## Your assignment
Every line holding the string "Rectangle" is to be copied from the entries below.

## Entries supplied

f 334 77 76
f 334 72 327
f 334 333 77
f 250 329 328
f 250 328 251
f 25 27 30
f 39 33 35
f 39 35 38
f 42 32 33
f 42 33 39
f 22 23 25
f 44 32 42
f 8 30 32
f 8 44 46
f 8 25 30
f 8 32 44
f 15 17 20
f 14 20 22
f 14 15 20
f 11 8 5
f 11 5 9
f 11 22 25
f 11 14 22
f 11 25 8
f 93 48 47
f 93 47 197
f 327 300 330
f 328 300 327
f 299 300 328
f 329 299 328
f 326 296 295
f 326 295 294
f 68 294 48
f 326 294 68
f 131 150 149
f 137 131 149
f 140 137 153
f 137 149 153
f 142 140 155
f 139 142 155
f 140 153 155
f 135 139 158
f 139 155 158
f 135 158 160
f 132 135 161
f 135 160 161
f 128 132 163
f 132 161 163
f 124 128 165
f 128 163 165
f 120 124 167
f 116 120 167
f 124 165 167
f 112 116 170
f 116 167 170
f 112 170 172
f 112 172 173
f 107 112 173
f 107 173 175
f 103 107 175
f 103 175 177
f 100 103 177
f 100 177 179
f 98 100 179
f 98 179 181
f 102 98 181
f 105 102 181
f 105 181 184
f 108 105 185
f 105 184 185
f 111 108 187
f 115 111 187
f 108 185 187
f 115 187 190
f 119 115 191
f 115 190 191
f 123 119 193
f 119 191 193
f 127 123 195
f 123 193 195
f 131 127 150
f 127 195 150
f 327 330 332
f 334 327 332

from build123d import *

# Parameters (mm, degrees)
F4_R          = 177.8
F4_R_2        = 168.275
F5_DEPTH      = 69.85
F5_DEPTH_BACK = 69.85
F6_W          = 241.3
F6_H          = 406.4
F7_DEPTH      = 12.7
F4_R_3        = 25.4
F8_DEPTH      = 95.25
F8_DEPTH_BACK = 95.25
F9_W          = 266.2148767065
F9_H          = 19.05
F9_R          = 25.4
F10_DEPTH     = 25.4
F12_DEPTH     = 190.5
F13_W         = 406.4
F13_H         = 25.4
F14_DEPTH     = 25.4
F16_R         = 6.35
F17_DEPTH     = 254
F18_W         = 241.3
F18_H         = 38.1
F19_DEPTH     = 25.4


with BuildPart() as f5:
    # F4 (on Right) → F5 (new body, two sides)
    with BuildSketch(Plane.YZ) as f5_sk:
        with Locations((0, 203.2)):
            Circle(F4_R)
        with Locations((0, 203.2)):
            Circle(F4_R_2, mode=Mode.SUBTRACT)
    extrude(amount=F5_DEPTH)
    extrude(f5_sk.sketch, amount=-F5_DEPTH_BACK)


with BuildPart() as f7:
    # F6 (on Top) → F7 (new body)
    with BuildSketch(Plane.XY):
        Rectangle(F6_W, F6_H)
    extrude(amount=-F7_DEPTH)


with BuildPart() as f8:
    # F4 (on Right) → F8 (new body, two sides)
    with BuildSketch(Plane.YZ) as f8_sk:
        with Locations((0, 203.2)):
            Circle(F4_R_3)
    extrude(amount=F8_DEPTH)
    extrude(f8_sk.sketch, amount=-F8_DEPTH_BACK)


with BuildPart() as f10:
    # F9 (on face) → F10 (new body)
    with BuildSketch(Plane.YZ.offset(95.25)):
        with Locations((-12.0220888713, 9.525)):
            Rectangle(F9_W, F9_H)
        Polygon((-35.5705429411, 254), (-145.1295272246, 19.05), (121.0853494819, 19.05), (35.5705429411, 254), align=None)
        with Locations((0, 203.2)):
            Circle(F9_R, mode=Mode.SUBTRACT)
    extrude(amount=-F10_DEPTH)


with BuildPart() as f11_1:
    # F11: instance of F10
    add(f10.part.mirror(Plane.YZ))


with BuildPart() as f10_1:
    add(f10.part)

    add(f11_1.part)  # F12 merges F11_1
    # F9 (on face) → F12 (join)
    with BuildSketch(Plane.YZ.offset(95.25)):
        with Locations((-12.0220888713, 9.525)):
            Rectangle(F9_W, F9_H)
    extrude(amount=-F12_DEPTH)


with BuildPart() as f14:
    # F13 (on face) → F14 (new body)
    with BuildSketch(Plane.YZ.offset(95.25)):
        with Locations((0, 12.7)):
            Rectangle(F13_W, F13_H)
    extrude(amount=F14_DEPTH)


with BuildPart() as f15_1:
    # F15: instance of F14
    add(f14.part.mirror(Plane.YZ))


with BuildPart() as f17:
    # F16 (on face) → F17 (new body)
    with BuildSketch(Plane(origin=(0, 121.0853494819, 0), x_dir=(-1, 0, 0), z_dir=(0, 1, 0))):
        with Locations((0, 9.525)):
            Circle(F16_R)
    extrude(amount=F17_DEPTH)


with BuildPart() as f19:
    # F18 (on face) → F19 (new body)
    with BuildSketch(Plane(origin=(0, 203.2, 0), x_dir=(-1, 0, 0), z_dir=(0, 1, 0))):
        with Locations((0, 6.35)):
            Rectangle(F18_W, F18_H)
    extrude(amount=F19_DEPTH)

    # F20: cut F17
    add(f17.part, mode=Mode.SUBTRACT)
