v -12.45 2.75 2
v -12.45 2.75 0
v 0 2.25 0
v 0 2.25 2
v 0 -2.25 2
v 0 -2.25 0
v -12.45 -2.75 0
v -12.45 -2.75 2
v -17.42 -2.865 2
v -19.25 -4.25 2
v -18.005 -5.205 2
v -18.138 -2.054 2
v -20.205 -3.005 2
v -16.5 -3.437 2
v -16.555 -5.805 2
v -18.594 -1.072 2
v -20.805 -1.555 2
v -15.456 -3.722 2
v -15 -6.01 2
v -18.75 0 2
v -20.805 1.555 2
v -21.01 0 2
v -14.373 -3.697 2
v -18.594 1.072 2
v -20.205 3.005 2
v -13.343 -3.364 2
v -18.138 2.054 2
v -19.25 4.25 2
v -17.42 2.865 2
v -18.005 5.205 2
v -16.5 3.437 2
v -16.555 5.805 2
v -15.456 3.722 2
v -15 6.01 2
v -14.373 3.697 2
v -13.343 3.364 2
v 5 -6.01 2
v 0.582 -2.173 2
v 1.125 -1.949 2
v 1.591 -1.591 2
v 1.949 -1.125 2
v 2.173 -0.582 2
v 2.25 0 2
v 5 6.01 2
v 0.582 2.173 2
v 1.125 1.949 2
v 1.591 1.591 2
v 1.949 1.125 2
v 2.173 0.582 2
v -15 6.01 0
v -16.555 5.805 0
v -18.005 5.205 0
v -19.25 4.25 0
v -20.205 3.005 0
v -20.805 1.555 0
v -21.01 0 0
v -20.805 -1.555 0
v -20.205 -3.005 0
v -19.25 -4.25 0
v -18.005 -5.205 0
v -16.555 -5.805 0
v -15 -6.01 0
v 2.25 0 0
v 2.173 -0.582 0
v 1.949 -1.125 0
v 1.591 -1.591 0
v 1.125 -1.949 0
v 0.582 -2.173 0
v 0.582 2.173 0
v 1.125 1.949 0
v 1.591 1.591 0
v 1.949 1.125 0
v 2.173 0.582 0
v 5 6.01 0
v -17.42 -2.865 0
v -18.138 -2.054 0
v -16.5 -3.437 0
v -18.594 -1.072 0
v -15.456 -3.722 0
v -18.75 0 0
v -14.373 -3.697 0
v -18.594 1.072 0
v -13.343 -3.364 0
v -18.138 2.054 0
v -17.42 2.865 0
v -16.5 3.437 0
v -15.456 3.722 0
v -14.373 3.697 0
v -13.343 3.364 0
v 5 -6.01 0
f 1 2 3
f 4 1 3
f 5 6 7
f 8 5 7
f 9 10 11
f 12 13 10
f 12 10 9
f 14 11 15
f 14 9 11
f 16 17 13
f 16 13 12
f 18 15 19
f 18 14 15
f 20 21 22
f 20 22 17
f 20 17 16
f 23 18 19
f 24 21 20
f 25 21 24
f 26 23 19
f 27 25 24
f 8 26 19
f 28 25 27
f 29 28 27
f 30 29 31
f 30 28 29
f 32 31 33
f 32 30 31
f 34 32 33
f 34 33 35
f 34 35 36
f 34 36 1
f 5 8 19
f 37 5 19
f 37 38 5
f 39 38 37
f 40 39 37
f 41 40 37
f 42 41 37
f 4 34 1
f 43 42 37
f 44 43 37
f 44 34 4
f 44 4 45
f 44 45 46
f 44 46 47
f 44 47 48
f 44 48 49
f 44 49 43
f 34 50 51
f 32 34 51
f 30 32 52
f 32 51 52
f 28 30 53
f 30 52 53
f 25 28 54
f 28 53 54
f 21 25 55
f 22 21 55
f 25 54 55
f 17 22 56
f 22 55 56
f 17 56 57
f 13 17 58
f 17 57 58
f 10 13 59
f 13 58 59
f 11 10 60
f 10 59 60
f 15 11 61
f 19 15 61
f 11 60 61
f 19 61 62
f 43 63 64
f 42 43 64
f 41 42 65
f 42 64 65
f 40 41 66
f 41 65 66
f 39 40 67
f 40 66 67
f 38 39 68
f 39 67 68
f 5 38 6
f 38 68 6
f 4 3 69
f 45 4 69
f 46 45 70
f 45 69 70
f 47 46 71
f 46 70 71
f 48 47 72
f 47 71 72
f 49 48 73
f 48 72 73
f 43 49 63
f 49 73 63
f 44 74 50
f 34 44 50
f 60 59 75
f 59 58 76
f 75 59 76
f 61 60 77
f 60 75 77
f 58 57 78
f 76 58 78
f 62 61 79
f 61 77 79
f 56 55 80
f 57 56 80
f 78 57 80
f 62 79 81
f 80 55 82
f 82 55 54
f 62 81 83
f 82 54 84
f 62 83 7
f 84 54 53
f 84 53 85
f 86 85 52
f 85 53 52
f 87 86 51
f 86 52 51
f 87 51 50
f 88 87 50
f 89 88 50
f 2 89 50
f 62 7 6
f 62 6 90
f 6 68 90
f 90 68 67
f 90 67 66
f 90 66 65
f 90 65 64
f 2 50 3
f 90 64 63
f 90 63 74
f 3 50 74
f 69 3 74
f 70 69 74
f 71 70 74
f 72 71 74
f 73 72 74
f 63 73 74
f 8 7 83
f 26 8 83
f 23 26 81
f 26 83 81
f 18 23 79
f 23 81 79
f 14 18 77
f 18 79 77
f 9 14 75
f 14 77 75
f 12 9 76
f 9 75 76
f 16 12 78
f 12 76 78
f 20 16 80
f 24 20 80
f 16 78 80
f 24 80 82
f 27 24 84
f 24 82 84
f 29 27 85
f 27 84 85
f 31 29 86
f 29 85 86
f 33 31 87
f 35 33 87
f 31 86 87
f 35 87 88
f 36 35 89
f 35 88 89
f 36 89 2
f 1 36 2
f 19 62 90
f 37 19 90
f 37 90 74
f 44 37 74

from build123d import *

# Parameters (mm, degrees)
BOSS_EXTRUDE1_DEPTH = 2


with BuildPart() as part:
    # Sketch1 → Boss-Extrude1 (new body)
    with BuildSketch(Plane.XY):
        with BuildLine():
            Line((5, 6.009754879), (-15, 6.009754879))
            ThreePointArc((-15, 6.009754879), (-21.009754879, 0), (-15, -6.009754879))
            Line((-15, -6.009754879), (5, -6.009754879))
            Line((5, -6.009754879), (5, 6.009754879))
        make_face()
        with BuildLine():
            ThreePointArc((-12.450490243, -2.75), (-18.75, 0), (-12.450490243, 2.75))
            Line((-12.450490243, 2.75), (0, 2.25))
            ThreePointArc((0, 2.25), (1.590990258, 1.590990258), (2.25, 0))
            ThreePointArc((2.25, 0), (1.590990258, -1.590990258), (0, -2.25))
            Line((0, -2.25), (-12.450490243, -2.75))
        make_face(mode=Mode.SUBTRACT)
    extrude(amount=BOSS_EXTRUDE1_DEPTH)


solid = part.part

## Response to the task
        Rectangle(F6_W, F6_H)
            Rectangle(F9_W, F9_H)
            Rectangle(F9_W, F9_H)
            Rectangle(F13_W, F13_H)
            Rectangle(F18_W, F18_H)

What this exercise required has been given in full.